- EXERCISE GOAL
Scan the entries below for the word "align" and copy every line where it turns up.

─── RECORDS FOR THE EXERCISE ───

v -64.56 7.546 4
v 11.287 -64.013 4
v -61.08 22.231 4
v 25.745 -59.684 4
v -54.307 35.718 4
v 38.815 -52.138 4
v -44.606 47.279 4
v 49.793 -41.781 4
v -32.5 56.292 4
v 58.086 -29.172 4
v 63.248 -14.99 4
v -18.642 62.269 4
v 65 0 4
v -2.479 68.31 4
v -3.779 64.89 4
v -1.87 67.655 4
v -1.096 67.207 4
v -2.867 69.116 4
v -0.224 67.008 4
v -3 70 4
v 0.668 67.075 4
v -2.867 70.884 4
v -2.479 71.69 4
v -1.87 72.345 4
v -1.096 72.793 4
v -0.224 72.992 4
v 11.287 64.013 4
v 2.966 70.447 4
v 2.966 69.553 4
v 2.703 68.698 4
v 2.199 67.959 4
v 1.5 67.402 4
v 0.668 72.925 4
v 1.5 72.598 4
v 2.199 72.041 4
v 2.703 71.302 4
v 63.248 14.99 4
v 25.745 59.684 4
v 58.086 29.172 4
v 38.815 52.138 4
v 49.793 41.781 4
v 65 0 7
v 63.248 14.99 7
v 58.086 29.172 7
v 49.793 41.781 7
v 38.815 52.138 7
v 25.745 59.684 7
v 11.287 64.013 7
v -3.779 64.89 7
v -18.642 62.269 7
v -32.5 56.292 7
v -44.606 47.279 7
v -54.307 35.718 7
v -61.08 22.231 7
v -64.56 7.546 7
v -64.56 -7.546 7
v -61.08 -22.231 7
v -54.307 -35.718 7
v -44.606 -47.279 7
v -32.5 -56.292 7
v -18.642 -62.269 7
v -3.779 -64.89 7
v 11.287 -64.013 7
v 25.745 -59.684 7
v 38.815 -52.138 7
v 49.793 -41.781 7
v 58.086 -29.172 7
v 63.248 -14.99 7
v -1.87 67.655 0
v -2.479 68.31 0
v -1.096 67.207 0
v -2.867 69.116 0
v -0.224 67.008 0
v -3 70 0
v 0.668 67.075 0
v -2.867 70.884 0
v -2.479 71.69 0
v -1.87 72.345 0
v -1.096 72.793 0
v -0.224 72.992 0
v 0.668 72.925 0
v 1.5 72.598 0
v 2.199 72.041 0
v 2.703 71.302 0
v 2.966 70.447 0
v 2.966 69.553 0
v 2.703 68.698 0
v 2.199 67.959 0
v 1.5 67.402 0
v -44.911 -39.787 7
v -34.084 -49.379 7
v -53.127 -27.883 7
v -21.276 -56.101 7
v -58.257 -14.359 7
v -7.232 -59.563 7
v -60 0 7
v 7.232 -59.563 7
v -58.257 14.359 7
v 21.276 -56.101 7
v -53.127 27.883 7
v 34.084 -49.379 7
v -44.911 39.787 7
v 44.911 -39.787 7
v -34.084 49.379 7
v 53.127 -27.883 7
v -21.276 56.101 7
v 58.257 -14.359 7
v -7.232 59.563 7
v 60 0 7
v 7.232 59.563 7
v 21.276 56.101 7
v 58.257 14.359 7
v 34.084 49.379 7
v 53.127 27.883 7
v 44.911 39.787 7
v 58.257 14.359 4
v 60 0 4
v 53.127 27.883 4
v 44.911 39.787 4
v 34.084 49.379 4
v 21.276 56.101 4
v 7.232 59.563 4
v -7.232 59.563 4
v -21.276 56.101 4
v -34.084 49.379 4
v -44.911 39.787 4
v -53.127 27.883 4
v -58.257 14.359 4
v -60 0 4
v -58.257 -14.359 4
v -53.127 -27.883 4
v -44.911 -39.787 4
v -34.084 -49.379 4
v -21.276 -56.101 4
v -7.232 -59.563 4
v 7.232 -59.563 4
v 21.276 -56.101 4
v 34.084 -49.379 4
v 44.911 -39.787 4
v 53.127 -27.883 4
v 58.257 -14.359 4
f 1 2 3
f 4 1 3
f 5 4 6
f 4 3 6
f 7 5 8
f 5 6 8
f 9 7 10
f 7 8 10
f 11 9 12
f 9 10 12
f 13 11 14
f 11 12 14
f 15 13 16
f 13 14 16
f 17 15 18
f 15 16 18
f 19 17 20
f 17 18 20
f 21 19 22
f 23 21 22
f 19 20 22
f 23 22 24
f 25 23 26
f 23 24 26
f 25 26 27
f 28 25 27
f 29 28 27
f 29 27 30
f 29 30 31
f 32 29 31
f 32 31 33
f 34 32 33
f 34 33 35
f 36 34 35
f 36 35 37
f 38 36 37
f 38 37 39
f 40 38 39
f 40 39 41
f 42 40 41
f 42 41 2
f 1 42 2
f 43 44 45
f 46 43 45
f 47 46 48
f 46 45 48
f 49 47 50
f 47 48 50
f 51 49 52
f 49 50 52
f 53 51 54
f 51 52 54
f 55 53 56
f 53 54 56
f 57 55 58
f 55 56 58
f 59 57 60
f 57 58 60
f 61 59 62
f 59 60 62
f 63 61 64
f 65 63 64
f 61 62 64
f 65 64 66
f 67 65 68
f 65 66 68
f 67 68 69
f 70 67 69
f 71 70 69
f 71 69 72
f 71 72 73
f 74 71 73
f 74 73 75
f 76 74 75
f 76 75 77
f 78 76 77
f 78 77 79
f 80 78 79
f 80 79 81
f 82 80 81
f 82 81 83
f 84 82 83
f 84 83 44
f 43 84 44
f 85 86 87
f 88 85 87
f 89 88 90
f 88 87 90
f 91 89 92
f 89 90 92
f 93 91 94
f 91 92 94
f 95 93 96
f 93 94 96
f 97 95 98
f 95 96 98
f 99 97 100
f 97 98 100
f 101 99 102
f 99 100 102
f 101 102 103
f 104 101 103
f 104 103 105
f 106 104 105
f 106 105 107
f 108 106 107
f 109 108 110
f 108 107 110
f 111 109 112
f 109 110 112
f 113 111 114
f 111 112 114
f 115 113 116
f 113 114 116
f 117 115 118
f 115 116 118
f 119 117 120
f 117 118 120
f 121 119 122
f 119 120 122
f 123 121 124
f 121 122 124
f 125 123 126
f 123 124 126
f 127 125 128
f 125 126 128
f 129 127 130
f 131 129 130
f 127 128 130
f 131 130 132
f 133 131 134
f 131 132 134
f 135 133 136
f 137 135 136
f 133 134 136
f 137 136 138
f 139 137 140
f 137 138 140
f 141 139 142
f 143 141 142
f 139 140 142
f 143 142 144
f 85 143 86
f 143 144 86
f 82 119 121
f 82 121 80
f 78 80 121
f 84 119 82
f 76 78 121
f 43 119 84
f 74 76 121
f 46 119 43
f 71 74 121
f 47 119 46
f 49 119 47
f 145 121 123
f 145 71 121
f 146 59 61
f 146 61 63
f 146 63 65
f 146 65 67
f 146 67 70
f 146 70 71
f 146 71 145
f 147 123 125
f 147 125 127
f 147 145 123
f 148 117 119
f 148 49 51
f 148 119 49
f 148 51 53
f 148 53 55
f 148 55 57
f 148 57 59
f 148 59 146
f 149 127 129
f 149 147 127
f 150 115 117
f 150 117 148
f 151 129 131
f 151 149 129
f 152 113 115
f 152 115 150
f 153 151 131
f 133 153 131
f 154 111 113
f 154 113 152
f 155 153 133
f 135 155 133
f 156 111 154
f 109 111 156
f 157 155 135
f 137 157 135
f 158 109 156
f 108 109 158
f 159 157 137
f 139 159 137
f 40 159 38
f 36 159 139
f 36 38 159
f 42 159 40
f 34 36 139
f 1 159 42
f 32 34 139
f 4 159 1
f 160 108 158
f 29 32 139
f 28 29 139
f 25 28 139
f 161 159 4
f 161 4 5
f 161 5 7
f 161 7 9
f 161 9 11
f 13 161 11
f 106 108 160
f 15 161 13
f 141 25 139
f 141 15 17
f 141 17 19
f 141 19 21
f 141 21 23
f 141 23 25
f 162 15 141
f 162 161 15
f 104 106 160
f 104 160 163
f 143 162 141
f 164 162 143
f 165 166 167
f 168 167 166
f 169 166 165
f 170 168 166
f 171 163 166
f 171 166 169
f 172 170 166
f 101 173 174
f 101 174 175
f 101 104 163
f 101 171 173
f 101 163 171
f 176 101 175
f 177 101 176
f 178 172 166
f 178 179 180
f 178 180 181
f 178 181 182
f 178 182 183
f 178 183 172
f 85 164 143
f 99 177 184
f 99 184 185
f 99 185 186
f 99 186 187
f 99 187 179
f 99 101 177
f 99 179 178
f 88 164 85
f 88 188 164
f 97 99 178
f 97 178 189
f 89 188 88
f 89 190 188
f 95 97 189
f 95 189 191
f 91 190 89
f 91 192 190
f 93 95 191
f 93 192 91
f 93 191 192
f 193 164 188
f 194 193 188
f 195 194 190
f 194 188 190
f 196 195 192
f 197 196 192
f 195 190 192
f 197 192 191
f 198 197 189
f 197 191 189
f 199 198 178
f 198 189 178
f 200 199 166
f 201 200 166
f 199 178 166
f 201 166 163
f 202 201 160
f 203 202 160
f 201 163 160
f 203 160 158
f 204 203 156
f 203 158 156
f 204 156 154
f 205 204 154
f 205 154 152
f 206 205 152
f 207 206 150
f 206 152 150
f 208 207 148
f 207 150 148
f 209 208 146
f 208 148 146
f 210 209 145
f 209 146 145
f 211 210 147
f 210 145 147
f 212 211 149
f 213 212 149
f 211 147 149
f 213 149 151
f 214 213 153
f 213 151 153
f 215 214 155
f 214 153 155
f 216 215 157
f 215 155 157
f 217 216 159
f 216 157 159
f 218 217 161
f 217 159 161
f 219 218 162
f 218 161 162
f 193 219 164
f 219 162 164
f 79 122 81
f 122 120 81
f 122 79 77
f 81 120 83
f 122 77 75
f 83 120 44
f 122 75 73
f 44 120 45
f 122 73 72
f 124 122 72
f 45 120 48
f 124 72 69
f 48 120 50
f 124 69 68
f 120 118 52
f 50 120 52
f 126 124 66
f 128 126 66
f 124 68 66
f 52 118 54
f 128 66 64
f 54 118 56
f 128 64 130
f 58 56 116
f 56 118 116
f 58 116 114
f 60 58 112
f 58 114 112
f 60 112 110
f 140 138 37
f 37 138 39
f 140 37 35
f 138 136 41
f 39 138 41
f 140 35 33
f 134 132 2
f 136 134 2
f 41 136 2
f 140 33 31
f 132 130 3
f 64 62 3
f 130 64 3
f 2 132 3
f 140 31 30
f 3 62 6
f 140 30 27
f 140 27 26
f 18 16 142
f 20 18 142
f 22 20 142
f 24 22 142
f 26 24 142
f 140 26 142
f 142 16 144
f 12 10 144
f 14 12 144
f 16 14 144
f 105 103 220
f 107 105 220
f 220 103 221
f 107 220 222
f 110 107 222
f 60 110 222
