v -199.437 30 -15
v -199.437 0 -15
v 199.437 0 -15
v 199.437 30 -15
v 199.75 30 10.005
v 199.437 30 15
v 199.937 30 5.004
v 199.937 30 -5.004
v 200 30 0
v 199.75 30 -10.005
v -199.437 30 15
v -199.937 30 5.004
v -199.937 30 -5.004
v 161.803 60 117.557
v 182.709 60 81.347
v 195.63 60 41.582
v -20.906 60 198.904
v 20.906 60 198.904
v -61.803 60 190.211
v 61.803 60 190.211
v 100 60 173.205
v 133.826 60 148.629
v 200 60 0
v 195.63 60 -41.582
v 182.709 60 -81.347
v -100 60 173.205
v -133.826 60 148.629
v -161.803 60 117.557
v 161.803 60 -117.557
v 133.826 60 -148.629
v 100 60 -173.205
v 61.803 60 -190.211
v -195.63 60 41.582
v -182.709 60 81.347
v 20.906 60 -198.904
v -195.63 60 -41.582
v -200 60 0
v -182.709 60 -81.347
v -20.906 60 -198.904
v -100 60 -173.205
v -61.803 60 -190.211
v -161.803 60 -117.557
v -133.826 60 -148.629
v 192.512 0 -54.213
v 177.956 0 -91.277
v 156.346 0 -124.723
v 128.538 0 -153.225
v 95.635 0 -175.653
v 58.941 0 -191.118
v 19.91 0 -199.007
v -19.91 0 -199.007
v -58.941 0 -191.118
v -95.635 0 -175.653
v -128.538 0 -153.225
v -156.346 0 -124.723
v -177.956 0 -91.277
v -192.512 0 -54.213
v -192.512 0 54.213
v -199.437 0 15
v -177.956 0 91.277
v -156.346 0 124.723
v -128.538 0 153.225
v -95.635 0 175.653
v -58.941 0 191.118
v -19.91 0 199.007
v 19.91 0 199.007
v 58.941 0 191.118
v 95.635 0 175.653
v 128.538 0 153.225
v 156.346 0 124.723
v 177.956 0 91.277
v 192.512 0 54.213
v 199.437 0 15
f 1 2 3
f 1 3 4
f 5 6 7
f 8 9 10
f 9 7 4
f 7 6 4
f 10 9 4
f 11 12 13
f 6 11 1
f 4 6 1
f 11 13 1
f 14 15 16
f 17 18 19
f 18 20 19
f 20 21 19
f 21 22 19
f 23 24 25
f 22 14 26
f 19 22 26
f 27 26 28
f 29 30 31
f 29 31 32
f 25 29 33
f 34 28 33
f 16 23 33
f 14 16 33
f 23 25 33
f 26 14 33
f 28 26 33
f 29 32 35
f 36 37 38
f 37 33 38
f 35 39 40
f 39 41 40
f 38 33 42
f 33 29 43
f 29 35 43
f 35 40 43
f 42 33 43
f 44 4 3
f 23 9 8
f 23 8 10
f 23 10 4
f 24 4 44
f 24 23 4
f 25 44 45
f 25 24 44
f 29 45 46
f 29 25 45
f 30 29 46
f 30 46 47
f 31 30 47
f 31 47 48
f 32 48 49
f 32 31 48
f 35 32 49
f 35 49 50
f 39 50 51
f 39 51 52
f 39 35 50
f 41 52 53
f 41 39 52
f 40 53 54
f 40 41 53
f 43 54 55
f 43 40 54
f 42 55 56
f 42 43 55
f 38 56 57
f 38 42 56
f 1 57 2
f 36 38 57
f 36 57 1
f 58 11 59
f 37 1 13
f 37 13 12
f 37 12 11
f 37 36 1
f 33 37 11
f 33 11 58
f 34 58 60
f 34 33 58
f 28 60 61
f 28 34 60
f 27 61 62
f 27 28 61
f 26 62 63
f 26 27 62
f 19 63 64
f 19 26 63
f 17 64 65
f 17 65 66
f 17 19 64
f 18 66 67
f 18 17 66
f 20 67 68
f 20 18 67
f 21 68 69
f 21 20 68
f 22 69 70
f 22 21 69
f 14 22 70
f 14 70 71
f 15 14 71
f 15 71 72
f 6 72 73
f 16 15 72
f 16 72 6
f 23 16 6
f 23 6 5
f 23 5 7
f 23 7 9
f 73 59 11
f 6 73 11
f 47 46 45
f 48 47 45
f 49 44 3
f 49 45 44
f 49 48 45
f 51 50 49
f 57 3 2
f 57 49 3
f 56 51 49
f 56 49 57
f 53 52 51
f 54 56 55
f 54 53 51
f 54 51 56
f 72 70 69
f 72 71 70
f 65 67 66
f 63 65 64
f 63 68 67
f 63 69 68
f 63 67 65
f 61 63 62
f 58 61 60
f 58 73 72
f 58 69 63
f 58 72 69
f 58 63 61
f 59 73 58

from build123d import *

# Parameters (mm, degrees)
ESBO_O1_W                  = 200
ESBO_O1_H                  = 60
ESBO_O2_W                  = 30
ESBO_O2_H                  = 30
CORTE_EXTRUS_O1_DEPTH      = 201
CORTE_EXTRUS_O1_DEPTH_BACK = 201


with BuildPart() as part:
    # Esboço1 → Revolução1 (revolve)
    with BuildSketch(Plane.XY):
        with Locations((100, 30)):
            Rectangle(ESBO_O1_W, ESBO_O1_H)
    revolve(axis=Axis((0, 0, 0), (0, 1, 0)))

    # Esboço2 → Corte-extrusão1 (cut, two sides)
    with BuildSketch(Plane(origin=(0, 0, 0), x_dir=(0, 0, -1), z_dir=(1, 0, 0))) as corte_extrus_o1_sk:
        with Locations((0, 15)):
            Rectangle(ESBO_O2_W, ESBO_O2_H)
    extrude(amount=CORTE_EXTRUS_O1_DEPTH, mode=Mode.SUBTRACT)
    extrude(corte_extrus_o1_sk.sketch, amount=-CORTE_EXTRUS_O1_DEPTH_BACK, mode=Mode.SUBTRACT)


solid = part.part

───
─── RECORDS FOR THE EXERCISE ───

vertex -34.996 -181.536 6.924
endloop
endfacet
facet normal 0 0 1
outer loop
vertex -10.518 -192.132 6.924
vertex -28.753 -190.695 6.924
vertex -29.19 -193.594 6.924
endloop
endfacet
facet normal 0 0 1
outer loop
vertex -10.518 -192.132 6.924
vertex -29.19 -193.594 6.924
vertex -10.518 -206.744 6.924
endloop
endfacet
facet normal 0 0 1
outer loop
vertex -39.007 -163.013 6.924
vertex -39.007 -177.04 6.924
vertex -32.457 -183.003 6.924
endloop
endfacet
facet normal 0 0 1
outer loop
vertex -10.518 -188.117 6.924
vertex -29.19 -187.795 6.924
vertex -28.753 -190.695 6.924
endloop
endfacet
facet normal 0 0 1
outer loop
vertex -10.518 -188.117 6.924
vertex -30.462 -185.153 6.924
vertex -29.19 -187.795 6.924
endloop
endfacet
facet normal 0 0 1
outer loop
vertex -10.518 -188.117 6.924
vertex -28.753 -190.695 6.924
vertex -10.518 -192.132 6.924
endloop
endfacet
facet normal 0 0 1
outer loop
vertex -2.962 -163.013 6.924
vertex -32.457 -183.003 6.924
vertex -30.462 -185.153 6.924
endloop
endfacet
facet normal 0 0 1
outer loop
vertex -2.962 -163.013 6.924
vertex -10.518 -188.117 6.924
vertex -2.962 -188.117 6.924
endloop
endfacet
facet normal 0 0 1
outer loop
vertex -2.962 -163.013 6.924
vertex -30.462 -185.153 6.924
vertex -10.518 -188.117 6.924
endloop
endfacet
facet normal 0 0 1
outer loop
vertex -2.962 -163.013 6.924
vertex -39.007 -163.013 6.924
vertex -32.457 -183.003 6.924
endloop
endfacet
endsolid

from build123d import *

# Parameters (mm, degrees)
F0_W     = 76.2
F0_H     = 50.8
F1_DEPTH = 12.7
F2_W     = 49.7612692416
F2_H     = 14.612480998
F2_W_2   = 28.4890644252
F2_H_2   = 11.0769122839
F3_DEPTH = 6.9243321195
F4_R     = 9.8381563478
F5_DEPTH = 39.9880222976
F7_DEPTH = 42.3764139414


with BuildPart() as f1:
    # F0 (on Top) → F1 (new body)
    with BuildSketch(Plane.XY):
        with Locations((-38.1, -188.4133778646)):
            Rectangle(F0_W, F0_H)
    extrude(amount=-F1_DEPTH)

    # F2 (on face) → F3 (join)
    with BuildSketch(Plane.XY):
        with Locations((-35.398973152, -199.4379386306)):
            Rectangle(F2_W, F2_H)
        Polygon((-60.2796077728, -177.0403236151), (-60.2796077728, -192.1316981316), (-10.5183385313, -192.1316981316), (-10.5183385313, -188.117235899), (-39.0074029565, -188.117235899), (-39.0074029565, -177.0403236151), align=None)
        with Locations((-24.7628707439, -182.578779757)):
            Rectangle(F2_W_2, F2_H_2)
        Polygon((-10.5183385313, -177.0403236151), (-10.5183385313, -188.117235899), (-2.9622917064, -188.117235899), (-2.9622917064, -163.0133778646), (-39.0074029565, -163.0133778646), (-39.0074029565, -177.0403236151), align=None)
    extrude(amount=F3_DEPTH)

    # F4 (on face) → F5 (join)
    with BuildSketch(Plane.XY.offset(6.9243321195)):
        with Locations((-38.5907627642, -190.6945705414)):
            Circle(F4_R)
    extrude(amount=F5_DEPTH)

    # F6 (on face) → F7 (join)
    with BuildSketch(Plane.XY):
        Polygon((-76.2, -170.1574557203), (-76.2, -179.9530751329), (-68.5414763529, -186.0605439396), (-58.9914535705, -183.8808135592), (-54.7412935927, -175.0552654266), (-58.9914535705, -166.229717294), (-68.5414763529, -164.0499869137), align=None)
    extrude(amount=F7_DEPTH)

───
─── RECORDS FOR THE EXERCISE ───

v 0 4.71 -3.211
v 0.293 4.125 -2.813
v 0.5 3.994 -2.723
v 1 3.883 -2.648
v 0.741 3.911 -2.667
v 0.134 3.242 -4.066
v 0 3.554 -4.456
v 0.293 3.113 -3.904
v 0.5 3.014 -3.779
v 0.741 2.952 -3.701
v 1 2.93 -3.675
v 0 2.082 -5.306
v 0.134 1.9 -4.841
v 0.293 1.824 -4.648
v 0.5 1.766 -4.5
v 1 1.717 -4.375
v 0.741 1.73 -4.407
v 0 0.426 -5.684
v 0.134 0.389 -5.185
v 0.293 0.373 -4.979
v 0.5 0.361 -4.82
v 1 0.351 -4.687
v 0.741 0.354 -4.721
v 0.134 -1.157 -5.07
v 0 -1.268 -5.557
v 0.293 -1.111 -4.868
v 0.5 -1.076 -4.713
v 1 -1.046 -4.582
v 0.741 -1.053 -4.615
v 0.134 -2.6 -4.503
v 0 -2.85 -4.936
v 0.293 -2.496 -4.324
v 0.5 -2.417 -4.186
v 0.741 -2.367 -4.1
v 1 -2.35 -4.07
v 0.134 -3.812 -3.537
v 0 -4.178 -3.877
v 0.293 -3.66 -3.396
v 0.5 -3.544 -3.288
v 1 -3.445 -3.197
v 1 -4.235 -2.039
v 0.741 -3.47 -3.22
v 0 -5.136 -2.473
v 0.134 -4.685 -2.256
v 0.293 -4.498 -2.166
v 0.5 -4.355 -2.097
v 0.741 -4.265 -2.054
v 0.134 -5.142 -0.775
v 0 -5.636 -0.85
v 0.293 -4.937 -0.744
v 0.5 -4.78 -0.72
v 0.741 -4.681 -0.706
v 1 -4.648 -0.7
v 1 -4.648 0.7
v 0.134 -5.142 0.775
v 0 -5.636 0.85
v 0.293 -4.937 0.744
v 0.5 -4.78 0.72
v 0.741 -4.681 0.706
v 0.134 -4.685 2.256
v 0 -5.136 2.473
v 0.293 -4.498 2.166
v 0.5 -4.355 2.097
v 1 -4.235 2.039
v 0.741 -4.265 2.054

───

- RESULT FOR THIS TASK
        Polygon((-60.2796077728, -177.0403236151), (-60.2796077728, -192.1316981316), (-10.5183385313, -192.1316981316), (-10.5183385313, -188.117235899), (-39.0074029565, -188.117235899), (-39.0074029565, -177.0403236151), align=None)
        Polygon((-10.5183385313, -177.0403236151), (-10.5183385313, -188.117235899), (-2.9622917064, -188.117235899), (-2.9622917064, -163.0133778646), (-39.0074029565, -163.0133778646), (-39.0074029565, -177.0403236151), align=None)
        Polygon((-76.2, -170.1574557203), (-76.2, -179.9530751329), (-68.5414763529, -186.0605439396), (-58.9914535705, -183.8808135592), (-54.7412935927, -175.0552654266), (-58.9914535705, -166.229717294), (-68.5414763529, -164.0499869137), align=None)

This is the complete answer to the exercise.